Diagnostic imaging techniques help narrow the causes of an injury or illness and ensure that the diagnosis is accurate. These techniques include x-rays, computed tomography (CT) scans, and magnetic resonance imaging (MRI).
These imaging tools let your doctor "see" inside your body to get a "picture" of your bones, organs, muscles, tendons, nerves, and cartilage. This is a way the doctor can determine if there are any abnormalities.
X-rays (radiographs) are the most common and widely available diagnostic imaging technique. Even if you also need more sophisticated tests, you will probably get an x-ray first.
The part of your body being pictured is positioned between the x-ray machine and photographic film or digital x-ray sensor. You have to hold still while the machine briefly sends electromagnetic waves (radiation) through your body, exposing the film to reflect your internal structure. The level of radiation exposure from x-rays is not harmful, but your doctor will take special precautions if you are pregnant.
Bones, calcifications, some tumors, and other dense matter appear white or light because they absorb the radiation. Less dense soft tissues and breaks in bone let radiation pass through, making these parts look darker on the x-ray film.
You will probably be x-rayed from several angles. If you have a fracture in one limb, your doctor may want a comparison x-ray of your uninjured limb. Your x-ray session will probably be finished in about 10 minutes. The images are ready quickly. They are either developed from the x-ray film or written to a CD to be viewed on a computer screen.
In some circumstances, a contrast material or dye may be injected into a joint while x-rays are taken. This procedure, which is called an "arthrogram," helps to outline soft tissue structures in the joint. It may also confirm needle placement in the joint when fluid is removed or medication is injected into the joint.
X-rays may not show as much detail as an image produced with more sophisticated techniques. They are, however, the most common imaging tool used to evaluate an orthpaedic problem and are readily available in most doctors' offices.
Computed tomography (CT) is an imaging tool that combines x-rays with computer technology to produce a more detailed, cross-sectional image of your body. A CT scan lets your doctor see the size, shape, and position of structures that are deep inside your body, such as organs, tissues, or tumors. Tell your doctor if you are pregnant before undergoing a CT scan.

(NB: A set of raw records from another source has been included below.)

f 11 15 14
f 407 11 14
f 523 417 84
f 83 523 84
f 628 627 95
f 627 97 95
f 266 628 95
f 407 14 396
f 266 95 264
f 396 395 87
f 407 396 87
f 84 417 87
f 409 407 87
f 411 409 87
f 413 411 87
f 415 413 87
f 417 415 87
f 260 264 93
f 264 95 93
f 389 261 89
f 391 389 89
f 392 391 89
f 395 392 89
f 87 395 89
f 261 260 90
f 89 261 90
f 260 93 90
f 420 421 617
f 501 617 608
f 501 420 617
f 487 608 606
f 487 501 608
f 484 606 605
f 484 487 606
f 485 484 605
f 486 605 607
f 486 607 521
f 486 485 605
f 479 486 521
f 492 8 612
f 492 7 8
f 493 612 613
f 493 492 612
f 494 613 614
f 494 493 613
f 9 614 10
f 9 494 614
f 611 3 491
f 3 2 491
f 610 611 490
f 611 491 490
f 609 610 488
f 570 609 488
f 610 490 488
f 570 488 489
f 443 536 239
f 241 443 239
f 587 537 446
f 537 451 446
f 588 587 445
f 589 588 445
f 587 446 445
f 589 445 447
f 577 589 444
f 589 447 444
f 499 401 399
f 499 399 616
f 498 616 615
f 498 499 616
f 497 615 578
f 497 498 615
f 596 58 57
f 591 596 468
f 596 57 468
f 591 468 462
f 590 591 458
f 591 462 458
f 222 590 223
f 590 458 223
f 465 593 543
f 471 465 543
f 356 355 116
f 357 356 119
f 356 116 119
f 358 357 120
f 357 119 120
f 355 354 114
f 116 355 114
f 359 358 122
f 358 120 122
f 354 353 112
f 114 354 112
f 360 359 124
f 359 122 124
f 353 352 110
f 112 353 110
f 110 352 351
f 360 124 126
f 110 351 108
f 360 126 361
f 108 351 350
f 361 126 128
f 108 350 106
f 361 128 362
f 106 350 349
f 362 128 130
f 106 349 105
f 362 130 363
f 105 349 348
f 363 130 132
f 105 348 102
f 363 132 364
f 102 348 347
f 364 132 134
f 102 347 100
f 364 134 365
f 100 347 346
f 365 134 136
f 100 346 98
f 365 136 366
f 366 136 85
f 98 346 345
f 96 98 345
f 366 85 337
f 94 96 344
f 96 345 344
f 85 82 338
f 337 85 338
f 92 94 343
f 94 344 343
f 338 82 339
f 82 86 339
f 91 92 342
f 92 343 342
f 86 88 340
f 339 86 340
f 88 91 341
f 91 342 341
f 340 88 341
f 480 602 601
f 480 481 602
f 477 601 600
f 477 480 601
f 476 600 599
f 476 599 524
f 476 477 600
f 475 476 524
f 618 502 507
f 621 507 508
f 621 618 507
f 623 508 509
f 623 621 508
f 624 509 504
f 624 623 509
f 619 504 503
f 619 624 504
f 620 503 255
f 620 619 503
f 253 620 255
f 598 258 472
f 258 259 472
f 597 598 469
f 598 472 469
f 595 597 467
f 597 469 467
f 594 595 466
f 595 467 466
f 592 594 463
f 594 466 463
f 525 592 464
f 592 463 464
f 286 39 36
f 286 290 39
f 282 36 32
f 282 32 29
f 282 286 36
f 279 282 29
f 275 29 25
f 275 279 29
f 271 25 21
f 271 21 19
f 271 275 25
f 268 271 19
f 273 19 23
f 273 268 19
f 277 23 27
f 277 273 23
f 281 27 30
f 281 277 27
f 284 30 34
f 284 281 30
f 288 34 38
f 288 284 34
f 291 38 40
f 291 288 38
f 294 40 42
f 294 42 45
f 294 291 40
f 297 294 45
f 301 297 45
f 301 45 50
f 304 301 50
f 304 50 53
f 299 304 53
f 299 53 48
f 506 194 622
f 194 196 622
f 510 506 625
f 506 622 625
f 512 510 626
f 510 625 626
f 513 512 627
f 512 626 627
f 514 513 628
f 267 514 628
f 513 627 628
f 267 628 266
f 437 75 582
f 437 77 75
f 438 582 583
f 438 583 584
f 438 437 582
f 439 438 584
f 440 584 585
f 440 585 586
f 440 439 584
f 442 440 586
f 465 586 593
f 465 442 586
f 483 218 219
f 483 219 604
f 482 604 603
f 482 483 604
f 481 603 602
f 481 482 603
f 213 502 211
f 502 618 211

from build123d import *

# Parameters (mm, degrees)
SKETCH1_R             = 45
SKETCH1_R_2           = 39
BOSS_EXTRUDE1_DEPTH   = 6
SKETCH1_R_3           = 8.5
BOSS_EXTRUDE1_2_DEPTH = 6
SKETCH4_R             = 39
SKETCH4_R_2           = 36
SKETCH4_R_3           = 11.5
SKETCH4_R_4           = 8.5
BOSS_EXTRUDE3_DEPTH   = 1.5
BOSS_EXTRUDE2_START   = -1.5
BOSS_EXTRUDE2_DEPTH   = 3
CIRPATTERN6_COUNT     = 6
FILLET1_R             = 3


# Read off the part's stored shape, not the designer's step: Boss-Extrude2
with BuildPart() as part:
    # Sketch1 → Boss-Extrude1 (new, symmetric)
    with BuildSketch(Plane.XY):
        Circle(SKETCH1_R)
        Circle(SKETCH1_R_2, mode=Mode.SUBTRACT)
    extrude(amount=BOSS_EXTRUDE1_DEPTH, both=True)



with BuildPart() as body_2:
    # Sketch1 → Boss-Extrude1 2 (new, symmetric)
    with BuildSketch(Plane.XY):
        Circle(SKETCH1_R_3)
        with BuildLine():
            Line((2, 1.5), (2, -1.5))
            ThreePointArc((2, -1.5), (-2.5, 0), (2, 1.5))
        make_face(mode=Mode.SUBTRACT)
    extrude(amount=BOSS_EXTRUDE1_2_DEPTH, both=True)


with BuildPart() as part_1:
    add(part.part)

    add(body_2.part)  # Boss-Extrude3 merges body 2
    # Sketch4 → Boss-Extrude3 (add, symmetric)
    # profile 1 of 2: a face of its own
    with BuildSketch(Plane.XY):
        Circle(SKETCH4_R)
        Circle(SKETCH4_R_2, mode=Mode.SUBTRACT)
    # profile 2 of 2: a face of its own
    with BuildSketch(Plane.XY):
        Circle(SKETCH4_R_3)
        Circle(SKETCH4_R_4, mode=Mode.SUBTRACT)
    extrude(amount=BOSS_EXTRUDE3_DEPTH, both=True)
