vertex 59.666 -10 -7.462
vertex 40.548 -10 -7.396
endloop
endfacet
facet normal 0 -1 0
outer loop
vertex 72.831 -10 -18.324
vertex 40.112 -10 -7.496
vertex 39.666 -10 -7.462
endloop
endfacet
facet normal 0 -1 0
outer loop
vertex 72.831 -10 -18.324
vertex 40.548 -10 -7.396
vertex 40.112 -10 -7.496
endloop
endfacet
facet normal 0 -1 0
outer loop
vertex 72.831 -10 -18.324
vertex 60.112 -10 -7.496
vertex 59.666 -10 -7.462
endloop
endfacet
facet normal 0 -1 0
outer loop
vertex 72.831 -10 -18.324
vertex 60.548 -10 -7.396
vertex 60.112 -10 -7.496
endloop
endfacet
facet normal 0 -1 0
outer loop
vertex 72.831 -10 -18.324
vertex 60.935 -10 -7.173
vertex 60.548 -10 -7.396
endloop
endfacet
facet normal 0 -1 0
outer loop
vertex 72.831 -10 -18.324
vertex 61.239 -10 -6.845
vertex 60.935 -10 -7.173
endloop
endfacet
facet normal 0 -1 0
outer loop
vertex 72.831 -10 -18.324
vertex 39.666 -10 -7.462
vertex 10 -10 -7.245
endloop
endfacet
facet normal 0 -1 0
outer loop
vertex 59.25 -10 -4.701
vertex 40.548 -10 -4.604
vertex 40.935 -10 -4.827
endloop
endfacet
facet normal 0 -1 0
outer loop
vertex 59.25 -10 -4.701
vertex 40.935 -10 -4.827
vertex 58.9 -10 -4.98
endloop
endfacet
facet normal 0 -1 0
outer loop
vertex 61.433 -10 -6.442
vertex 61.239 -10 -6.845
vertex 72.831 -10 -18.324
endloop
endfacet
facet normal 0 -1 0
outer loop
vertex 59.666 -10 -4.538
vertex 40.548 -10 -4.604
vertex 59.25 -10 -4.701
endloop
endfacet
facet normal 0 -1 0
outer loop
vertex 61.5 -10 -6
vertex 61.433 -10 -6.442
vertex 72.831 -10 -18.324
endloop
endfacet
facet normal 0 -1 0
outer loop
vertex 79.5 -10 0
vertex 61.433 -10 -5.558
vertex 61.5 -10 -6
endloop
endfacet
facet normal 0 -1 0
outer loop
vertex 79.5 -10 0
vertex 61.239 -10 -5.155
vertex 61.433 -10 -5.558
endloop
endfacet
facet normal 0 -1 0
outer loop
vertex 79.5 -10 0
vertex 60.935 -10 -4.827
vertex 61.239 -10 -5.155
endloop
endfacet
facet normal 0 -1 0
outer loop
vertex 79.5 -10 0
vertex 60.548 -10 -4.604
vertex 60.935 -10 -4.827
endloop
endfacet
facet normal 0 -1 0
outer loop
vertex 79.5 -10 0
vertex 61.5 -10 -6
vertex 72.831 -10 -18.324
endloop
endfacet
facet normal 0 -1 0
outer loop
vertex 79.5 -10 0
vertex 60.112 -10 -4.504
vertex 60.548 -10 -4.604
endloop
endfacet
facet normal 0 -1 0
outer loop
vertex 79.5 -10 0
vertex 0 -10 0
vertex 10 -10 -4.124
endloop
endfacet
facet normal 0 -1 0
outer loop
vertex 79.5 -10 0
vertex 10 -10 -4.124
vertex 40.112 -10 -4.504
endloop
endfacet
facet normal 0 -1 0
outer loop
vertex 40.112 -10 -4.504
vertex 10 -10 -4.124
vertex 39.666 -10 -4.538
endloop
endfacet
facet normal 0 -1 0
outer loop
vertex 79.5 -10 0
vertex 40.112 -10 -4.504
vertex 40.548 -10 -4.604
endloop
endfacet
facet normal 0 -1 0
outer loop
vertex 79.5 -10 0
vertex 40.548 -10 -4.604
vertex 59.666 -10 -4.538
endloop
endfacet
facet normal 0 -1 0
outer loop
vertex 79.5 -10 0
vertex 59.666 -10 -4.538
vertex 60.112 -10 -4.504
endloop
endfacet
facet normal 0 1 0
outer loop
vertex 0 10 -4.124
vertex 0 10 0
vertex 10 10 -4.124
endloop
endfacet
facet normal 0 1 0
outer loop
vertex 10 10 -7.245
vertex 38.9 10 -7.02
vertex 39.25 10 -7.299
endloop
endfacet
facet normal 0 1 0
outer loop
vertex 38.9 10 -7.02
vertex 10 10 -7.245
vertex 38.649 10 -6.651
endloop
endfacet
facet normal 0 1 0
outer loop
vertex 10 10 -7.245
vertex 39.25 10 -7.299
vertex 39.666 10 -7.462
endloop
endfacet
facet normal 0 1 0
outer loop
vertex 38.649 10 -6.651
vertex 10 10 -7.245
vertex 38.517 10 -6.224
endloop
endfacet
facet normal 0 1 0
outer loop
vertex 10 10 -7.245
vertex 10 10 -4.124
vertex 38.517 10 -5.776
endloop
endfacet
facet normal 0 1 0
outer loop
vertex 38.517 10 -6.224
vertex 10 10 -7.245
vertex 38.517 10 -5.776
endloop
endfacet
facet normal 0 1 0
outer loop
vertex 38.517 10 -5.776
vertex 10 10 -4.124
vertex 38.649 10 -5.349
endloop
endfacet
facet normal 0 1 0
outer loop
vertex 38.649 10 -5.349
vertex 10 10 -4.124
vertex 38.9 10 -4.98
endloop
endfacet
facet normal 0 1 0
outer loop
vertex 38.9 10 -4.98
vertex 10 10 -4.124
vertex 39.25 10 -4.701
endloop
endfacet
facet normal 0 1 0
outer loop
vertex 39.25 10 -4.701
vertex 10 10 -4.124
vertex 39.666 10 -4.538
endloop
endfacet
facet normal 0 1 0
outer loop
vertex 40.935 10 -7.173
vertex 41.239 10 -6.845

You lie as motionless as possible on a table that slides into the center of the cylinder-like CT scanner. The process is painless. An x-ray tube slowly rotates around you, taking many pictures from all directions. A computer combines the images to produce a clear, two-dimensional view on a television screen.
You may need a CT scan if you have a problem with a small, bony structure or if you have severe trauma to the brain, spinal cord, chest, abdomen, or pelvis. Sometimes, you may be given a dye or contrast material to make certain parts of your body show up better.
A CT scan costs more and takes more time than a regular x-ray. It can be done in either a hospital setting or an outpatient imaging center.
Magnetic resonance imaging (MRI) is another diagnostic imaging technique that produces cross-sectional images of your body. Unlike CT scans, MRI works without radiation. The MRI tool uses magnetic fields and a sophisticated computer to take high-resolution pictures of your bones and soft tissues. Tell your doctor if you have a pacemaker, implants, metal clips, or other metal objects in your body before you undergo an MRI scan.
You lie as motionless as possible on a table that slides into the tube-shaped MRI scanner. The MRI creates a magnetic field around you and then pulses radio waves to the area of your body to be pictured. The radio waves cause your tissues to resonate.
A computer records the rate at which your body's various parts (tendons, ligaments, nerves, etc.) give off these vibrations, and translates the data into a detailed, two-dimensional picture. You will not feel any pain while undergoing an MRI, but the machine may be noisy.
An MRI may be used to help diagnose torn knee ligaments and cartilage, torn rotator cuffs, herniated disks, osteonecrosis, bone tumors, and other problems. It may take from 30 to 60 minutes to do the study. Like a CT scan, an MRI scan may be done in a hospital or at an outpatient imaging center.
Other orthopaedic imaging studies include ultrasound and bone scan (nuclear imaging).
Ultrasound. Ultrasound uses high-frequency sound waves that echo off the body. It is painless and noninvasive, and does not require radiation. Ultrasound is used most often to look for blood clots, but can also show other problems, such as a Baker's cyst behind the knee or even a rotator cuff tear in the shoulder.
Bone scan. A bone scan uses a small amount of radioactive material to identify areas of increased bone activity. The material is injected into a vein and is absorbed by areas that are forming new bone, such as a healing fracture, bone tumor, or bone infection.
The scan is done several hours after the injection. The radioactive material is eliminated quickly from the body.
A bone scan has the advantage of showing bone activity throughout the entire body.